CTXV can thus deliver three component velocity measurements for complex 3D flow fields such as those found in the cardiovascular system. Single projection images are insufficient for evaluating three components of velocity. Images taken at a single projection angle contain no displacement information in the direction parallel to the X-ray beam. This limits single projection X-ray PIV to two component velocity measurements. In a method similar to CT, CTXV overcomes this limitation by using multiple projection angles. Signal-to-noise ratios can be enhanced using phase contrast imaging and phase retrieval methods.

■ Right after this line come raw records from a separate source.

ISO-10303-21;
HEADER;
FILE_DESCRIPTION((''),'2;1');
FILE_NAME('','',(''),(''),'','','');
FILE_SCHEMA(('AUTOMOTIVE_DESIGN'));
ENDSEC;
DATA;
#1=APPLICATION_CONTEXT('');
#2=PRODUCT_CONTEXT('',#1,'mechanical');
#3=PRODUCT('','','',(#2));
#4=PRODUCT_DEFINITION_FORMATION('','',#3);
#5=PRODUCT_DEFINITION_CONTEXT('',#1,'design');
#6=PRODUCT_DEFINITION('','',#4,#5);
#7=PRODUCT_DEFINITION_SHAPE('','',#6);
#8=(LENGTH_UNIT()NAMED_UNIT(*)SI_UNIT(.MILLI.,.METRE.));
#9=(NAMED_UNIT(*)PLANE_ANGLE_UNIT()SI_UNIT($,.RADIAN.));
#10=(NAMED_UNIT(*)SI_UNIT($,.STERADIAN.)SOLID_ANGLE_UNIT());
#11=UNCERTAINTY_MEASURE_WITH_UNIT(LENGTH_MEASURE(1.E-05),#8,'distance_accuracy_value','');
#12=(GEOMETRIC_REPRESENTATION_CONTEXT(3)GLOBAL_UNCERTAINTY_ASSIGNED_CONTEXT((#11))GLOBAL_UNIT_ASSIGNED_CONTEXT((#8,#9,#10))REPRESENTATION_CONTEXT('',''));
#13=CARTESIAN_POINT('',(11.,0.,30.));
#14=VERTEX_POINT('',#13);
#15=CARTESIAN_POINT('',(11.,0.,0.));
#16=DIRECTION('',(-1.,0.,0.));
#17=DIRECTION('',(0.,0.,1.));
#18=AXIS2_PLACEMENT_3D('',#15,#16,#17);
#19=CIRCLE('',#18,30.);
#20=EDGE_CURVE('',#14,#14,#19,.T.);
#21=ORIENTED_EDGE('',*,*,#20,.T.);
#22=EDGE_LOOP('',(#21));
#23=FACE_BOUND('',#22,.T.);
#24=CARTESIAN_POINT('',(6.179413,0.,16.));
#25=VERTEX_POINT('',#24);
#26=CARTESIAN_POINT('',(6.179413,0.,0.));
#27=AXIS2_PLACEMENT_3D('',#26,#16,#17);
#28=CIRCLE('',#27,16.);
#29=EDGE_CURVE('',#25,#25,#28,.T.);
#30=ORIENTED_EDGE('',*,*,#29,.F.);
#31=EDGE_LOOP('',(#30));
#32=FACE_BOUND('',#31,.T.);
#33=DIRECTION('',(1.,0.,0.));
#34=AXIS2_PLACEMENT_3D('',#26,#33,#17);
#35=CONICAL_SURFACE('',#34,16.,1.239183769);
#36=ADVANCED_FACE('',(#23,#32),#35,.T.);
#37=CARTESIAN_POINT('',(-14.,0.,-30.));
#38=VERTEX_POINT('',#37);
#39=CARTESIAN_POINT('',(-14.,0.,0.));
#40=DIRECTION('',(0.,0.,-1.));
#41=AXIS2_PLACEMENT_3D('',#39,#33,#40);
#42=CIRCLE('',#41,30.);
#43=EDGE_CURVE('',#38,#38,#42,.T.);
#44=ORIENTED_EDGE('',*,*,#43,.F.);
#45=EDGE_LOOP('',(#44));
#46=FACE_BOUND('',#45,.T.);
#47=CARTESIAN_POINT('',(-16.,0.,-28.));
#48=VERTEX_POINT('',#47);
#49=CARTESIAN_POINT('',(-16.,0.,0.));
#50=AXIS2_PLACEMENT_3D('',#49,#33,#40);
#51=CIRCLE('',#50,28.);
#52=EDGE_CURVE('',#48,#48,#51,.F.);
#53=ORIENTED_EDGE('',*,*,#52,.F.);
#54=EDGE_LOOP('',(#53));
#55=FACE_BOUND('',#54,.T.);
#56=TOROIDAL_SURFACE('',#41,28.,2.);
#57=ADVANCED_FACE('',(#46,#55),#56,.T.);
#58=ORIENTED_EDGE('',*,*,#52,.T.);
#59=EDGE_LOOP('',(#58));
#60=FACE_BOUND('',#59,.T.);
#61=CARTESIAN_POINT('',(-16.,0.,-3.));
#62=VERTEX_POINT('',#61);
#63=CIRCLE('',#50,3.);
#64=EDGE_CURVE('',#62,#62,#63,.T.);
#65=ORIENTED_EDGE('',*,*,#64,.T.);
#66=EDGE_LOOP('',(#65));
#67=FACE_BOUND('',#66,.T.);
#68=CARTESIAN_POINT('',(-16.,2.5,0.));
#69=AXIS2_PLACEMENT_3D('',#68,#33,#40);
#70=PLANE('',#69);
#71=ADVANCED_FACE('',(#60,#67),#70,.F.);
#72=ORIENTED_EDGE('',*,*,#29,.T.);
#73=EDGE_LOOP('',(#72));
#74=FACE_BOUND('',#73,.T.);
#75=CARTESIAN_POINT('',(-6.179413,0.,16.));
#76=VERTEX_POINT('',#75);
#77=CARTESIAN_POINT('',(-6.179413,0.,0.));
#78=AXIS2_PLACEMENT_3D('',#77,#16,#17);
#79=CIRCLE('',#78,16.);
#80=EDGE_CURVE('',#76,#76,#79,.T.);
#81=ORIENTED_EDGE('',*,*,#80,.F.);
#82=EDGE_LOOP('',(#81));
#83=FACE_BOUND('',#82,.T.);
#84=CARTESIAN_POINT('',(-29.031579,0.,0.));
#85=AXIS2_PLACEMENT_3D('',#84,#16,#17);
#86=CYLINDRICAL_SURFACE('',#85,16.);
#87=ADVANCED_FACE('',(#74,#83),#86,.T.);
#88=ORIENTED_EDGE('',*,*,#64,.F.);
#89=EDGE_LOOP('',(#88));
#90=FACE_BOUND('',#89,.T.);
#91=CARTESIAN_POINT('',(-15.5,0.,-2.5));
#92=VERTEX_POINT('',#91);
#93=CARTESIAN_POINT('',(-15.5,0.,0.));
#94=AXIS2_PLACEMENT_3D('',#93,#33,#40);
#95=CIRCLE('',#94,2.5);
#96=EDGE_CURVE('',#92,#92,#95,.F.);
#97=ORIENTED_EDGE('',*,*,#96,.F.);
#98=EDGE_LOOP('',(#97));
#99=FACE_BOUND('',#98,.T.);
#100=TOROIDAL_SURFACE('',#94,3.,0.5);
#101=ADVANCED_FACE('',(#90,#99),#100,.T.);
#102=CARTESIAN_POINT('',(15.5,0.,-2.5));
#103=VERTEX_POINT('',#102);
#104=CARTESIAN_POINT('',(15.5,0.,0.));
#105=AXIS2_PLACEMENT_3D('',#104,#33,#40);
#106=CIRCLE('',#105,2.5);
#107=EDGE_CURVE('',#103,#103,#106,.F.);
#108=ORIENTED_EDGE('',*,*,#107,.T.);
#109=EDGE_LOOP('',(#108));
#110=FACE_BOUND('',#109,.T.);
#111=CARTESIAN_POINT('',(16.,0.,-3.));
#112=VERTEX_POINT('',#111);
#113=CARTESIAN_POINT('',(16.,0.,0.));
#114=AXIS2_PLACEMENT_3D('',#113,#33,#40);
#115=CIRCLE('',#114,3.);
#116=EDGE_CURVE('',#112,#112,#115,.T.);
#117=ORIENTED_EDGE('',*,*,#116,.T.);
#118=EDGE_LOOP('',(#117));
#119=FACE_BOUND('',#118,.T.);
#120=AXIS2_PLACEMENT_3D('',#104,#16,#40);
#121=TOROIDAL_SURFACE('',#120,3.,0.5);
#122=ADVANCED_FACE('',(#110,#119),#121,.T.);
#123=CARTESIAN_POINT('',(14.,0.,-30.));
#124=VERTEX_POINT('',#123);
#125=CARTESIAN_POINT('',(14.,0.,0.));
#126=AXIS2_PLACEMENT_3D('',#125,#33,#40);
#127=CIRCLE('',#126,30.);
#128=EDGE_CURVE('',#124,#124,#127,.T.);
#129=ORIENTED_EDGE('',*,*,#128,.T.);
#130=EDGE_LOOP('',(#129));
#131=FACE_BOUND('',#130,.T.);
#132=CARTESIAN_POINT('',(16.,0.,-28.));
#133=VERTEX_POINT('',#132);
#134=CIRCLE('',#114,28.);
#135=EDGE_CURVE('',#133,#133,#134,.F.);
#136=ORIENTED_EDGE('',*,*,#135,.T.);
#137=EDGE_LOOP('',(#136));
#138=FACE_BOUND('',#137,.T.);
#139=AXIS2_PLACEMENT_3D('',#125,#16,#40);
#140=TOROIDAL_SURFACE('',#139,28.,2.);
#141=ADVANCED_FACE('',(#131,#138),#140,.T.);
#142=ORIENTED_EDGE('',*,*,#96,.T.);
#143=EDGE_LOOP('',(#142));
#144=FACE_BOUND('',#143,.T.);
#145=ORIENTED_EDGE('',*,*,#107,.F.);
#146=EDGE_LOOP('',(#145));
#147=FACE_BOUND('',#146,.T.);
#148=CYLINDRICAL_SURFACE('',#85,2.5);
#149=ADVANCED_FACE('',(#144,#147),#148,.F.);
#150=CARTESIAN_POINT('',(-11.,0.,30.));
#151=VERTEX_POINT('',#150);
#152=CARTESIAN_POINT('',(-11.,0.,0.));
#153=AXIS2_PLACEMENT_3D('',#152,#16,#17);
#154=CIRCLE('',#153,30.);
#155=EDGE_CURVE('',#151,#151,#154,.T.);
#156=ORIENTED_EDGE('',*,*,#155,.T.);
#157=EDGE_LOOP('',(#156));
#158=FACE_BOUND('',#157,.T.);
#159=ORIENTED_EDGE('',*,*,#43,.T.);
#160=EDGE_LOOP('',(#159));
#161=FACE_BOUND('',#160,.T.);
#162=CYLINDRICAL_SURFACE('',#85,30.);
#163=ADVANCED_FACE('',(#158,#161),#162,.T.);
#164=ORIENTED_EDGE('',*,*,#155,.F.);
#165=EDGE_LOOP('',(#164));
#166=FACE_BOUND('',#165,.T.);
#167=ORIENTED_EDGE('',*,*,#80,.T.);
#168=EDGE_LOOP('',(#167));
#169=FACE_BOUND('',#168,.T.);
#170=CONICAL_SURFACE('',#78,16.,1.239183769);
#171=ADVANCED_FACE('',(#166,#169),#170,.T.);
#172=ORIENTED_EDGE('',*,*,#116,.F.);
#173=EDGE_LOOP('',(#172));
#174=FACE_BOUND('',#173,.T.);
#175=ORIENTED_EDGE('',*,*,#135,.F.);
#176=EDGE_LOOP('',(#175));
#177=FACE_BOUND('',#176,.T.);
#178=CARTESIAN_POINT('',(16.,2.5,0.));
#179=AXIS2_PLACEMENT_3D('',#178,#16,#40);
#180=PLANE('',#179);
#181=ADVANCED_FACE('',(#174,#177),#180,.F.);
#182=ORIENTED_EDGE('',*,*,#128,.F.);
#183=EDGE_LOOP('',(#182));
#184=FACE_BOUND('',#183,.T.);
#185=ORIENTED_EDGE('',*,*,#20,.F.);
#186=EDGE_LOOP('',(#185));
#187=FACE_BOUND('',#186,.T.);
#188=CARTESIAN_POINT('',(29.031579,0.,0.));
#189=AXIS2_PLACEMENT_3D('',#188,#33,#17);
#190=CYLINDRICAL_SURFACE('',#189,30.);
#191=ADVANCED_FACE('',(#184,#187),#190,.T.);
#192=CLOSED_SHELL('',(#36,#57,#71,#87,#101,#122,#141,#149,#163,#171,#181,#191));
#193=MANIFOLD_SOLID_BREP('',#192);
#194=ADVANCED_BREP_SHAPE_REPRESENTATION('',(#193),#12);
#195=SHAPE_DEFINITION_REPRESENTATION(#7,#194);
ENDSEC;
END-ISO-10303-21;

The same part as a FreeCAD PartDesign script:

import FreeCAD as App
import Part
import Sketcher
Q = App.Units.Quantity


def edges_at(feature, points):
    """Names of the edges that pass closest to the given points."""
    edges = feature.Shape.Edges
    near = lambda p: min(range(len(edges)), key=lambda i: edges[i].distToShape(Part.Vertex(*p))[0])
    return sorted({f"Edge{near(p) + 1}" for p in points})


def add_polygon(sketch, points):
    """Adds a closed chain of lines whose ends are joined by coincident constraints."""
    first, n = sketch.GeometryCount, len(points)
    for a, b in zip(points, points[1:] + points[:1]):
        sketch.addGeometry(Part.LineSegment(App.Vector(*a, 0), App.Vector(*b, 0)), False)
    for i in range(n):
        sketch.addConstraint(Sketcher.Constraint("Coincident", first + i, 2, first + (i + 1) % n, 1))

doc = App.newDocument("Part")
body = doc.addObject("PartDesign::Body", "Body")

# Sketch on XY plane
sketch1 = doc.addObject("Sketcher::SketchObject", "Sketch")
body.addObject(sketch1)
sketch1.AttachmentSupport = (doc.XY_Plane, [""])
sketch1.MapMode = "FlatFace"
add_polygon(sketch1, [(-16, 30), (-16, 2), (0, 2), (0, 16), (-6, 16), (-11, 30)])  # lines 0-5
sketch1.addConstraint([
    Sketcher.Constraint("Vertical", 0),
    Sketcher.Constraint("Horizontal", 1),
    Sketcher.Constraint("Vertical", 2),
    Sketcher.Constraint("Horizontal", 3),
    Sketcher.Constraint("Horizontal", 5),
    Sketcher.Constraint("PointOnObject", 1, 2, -2),
    Sketcher.Constraint("DistanceX", 1, 1, 1, 2, 16.0),
    Sketcher.Constraint("DistanceX", 5, 2, 5, 1, 5.0),
    Sketcher.Constraint("Angle", 4, Q("109 deg")),
    Sketcher.Constraint("DistanceY", 0, 2, 0, 1, 27.5),
    Sketcher.Constraint("DistanceY", 2, 1, 2, 2, 13.5),
    Sketcher.Constraint("DistanceY", -1, 1, 2, 2, 16.0),
])
revolution = doc.addObject("PartDesign::Revolution", "Revolution")
body.addObject(revolution)
revolution.Profile = sketch1
revolution.ReferenceAxis = (sketch1, ["H_Axis"])
revolution.Angle = 360
doc.recompute()

fillet = doc.addObject("PartDesign::Fillet", "Fillet")
body.addObject(fillet)
fillet.Base = (revolution, edges_at(revolution, [(-16, 0, -30)]))
fillet.Radius = 2
doc.recompute()

fillet2 = doc.addObject("PartDesign::Fillet", "Fillet001")
body.addObject(fillet2)
fillet2.Base = (fillet, edges_at(fillet, [(-16, 0, -2.5)]))
fillet2.Radius = 0.5
body2 = doc.addObject("PartDesign::Body", "Body001")
doc.recompute()

body2.BaseFeature = body
doc.recompute()

mirroring = doc.addObject("Part::Mirroring", "Mirroring")
mirroring.Source = body
mirroring.Base = App.Vector(0, 0, 0)
mirroring.Normal = App.Vector(1, 0, 0)
body3 = doc.addObject("PartDesign::Body", "Body002")
body3.BaseFeature = mirroring
boolean = doc.addObject("PartDesign::Boolean", "Boolean")
body2.addObject(boolean)
boolean.Type = "Fuse"
boolean.addObjects([body3])
doc.recompute()
mirroring.Visibility = False

doc.recompute()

Specifically, as in single projection X-ray PIV of the prior art, cross-correlation functions are calculated for interrogation regions within image pairs. The velocity field is reconstructed in axial slices, defined by the rows of interrogation regions for all projection angles. A three component, 2D, rectangular grid model represents the velocity field for each slice. Estimated cross correlation functions are generated for every angle and every interrogation region within each slice. The estimated cross-correlation functions are generated using convolution of the measured autocorrelation function with the velocity PDF for the interrogation region within the model. The velocity coefficients in the model are iteratively optimized, minimizing the error between measured cross-correlation function and the estimated cross-correlation functions, across all projection angles and interrogation regions simultaneously within that slice. Using this iterative approach, a model is reached which accurately represents the three component velocity field within each slice.
A relatively small number of projections are required and this is important for minimising radiation dosage. It also allows the integration of CTXV with a CT reconstruction such as described above, delivering simultaneous measurement of both form and function.
CT has the advantage of offering the best resolution and penetration of all medical imaging modalities, but also has the significant disadvantage of delivering high doses of X-rays. If not for this radiation dose concern high resolution CT would become a standard screening tool.
But even though they offer the best resolution and penetration of all medical imaging modalities, the X-ray PIV techniques of the prior art use particle images taken at a single viewing angle, which contain no particle displacement information in the direction parallel to the X-ray beam, and therefore they suffer the drawback that they are limited to two component velocity measurements. Also, no information regarding the velocity profile in the dimension perpendicular to the image plane is available, and therefore 3D measurements are not possible without prior knowledge of the flow.
There is an ongoing need to expand capabilities for measuring both form and function in terms of structure, volume and motion and provide a truer 3D reconstruction of flow fields.